> _Directions_: In the records below, find the line with "f 144 142 145" and the line with "f 175 174 173". Print both exactly, along with every line between them, and no other line.

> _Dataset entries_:

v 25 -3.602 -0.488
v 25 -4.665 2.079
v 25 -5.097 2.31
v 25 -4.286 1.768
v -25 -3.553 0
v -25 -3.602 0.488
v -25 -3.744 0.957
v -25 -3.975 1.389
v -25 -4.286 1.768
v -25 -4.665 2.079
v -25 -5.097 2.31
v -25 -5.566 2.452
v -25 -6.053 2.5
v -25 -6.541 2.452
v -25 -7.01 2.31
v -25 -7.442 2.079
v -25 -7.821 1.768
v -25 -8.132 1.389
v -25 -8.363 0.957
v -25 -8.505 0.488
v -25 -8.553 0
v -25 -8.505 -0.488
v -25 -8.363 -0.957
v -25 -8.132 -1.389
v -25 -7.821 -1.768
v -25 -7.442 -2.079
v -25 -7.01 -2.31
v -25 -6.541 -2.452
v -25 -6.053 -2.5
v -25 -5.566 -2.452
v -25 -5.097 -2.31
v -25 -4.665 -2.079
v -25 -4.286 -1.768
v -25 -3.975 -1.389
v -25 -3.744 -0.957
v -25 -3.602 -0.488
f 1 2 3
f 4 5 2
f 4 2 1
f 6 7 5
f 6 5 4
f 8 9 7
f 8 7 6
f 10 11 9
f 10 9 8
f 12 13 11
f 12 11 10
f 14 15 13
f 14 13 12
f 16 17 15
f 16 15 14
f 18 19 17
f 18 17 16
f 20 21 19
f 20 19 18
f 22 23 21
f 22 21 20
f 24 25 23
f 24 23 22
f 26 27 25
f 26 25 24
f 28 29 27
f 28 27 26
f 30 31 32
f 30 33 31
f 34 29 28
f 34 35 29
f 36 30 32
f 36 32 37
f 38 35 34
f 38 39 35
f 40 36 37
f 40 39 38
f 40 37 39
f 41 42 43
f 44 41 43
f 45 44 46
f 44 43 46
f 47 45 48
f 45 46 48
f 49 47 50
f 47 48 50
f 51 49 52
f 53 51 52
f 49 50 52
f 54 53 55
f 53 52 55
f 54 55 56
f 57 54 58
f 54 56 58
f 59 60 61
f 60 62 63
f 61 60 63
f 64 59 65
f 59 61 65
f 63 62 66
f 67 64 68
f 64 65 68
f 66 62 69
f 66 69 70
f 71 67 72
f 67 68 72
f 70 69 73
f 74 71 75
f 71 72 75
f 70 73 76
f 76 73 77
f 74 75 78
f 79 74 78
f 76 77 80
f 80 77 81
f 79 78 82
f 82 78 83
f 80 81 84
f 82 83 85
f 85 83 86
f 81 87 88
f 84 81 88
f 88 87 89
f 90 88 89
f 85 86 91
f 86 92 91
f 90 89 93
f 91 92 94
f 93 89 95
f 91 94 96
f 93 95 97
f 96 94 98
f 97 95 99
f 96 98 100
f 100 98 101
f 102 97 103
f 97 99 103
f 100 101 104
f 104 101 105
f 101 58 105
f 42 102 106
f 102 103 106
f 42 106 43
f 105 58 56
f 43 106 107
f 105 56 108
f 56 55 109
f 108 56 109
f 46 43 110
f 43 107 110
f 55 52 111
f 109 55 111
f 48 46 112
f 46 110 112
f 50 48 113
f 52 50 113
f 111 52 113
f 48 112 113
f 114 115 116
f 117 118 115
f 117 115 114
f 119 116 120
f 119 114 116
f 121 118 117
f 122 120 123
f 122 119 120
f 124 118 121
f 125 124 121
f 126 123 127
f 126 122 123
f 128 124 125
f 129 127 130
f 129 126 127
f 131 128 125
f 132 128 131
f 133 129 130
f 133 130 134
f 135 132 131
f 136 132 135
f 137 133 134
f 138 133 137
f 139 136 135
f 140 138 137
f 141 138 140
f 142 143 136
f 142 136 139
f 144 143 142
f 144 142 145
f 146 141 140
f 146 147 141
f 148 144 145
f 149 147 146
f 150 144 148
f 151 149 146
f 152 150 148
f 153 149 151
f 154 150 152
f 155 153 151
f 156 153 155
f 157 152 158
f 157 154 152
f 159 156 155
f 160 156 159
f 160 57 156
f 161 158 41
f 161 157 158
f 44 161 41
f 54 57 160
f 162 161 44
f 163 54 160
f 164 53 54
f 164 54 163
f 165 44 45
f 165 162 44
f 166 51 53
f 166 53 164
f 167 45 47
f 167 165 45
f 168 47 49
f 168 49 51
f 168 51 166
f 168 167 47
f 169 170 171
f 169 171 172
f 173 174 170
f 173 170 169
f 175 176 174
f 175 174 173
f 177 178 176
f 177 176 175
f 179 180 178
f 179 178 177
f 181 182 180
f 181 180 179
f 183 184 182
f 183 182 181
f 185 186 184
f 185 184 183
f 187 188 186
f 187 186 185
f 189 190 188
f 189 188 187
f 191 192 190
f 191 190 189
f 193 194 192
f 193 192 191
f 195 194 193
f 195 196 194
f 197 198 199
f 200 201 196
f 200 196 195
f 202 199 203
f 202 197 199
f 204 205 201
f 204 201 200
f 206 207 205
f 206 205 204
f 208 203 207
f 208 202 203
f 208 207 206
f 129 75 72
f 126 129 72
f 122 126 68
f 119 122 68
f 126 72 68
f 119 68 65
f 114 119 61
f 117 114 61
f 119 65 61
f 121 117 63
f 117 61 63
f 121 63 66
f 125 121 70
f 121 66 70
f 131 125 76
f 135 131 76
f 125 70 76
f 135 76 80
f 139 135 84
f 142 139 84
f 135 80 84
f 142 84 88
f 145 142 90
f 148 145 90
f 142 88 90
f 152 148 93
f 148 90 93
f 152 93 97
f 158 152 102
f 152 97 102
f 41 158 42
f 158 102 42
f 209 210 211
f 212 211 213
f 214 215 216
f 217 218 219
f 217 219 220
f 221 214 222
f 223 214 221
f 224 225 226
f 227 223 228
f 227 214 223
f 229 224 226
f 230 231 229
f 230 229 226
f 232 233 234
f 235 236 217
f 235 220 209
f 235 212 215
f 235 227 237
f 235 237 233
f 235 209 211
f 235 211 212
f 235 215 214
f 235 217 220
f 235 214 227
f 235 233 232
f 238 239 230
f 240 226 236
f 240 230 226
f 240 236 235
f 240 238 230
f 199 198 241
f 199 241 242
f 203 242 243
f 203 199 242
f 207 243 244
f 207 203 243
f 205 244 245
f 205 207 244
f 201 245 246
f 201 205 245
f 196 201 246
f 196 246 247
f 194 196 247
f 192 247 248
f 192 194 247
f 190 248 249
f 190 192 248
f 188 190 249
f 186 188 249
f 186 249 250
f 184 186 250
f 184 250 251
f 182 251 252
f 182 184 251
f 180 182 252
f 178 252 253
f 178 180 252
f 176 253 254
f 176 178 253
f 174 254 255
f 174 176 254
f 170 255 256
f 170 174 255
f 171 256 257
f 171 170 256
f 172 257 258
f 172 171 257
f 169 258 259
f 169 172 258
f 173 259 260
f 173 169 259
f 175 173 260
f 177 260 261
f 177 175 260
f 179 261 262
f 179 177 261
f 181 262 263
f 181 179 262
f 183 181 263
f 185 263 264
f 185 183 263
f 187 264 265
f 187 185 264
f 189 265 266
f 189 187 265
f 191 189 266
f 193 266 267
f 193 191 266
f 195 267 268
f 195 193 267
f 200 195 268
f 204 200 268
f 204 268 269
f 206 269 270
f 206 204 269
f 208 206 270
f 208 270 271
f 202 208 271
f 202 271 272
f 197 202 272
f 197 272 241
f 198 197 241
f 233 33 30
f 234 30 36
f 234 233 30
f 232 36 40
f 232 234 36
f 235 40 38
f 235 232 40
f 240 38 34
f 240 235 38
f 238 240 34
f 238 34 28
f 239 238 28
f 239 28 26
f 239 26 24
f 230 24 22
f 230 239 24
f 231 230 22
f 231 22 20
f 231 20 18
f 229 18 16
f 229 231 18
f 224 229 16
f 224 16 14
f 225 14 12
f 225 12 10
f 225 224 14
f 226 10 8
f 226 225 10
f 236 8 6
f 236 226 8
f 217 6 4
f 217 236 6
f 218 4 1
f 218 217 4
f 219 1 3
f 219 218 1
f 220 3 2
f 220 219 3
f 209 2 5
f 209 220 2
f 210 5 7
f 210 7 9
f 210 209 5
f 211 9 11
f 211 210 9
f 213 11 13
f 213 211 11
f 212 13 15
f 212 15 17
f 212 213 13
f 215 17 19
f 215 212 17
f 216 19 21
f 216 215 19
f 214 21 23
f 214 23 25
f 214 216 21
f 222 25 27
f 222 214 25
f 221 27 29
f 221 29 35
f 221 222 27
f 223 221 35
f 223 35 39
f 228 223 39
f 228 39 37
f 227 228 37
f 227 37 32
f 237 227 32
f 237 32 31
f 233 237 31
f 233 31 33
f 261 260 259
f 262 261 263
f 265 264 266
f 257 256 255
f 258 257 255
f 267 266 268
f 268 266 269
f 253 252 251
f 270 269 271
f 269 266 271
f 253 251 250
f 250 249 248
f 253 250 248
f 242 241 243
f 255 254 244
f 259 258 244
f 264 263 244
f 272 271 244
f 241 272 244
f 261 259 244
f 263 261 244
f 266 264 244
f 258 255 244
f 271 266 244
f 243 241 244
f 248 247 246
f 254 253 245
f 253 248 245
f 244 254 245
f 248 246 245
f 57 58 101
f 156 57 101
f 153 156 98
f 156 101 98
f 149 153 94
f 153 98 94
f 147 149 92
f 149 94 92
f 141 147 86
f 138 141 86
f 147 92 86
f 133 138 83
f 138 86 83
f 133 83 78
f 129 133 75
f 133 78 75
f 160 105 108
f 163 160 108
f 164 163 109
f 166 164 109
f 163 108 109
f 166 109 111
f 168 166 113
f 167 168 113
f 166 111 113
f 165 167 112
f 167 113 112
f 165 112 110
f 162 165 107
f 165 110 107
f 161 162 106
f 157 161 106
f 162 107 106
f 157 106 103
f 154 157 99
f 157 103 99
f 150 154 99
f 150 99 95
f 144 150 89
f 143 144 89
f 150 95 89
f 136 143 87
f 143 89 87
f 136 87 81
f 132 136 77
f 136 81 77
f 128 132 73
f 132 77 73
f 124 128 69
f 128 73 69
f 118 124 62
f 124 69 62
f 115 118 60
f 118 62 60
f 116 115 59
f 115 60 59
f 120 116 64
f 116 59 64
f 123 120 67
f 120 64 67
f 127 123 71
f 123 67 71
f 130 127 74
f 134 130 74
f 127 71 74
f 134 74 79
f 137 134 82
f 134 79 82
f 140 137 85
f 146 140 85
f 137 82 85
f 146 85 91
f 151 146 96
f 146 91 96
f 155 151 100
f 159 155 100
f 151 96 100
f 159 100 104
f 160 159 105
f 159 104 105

> _Response_:
f 144 142 145
f 146 141 140
f 146 147 141
f 148 144 145
f 149 147 146
f 150 144 148
f 151 149 146
f 152 150 148
f 153 149 151
f 154 150 152
f 155 153 151
f 156 153 155
f 157 152 158
f 157 154 152
f 159 156 155
f 160 156 159
f 160 57 156
f 161 158 41
f 161 157 158
f 44 161 41
f 54 57 160
f 162 161 44
f 163 54 160
f 164 53 54
f 164 54 163
f 165 44 45
f 165 162 44
f 166 51 53
f 166 53 164
f 167 45 47
f 167 165 45
f 168 47 49
f 168 49 51
f 168 51 166
f 168 167 47
f 169 170 171
f 169 171 172
f 173 174 170
f 173 170 169
f 175 176 174
f 175 174 173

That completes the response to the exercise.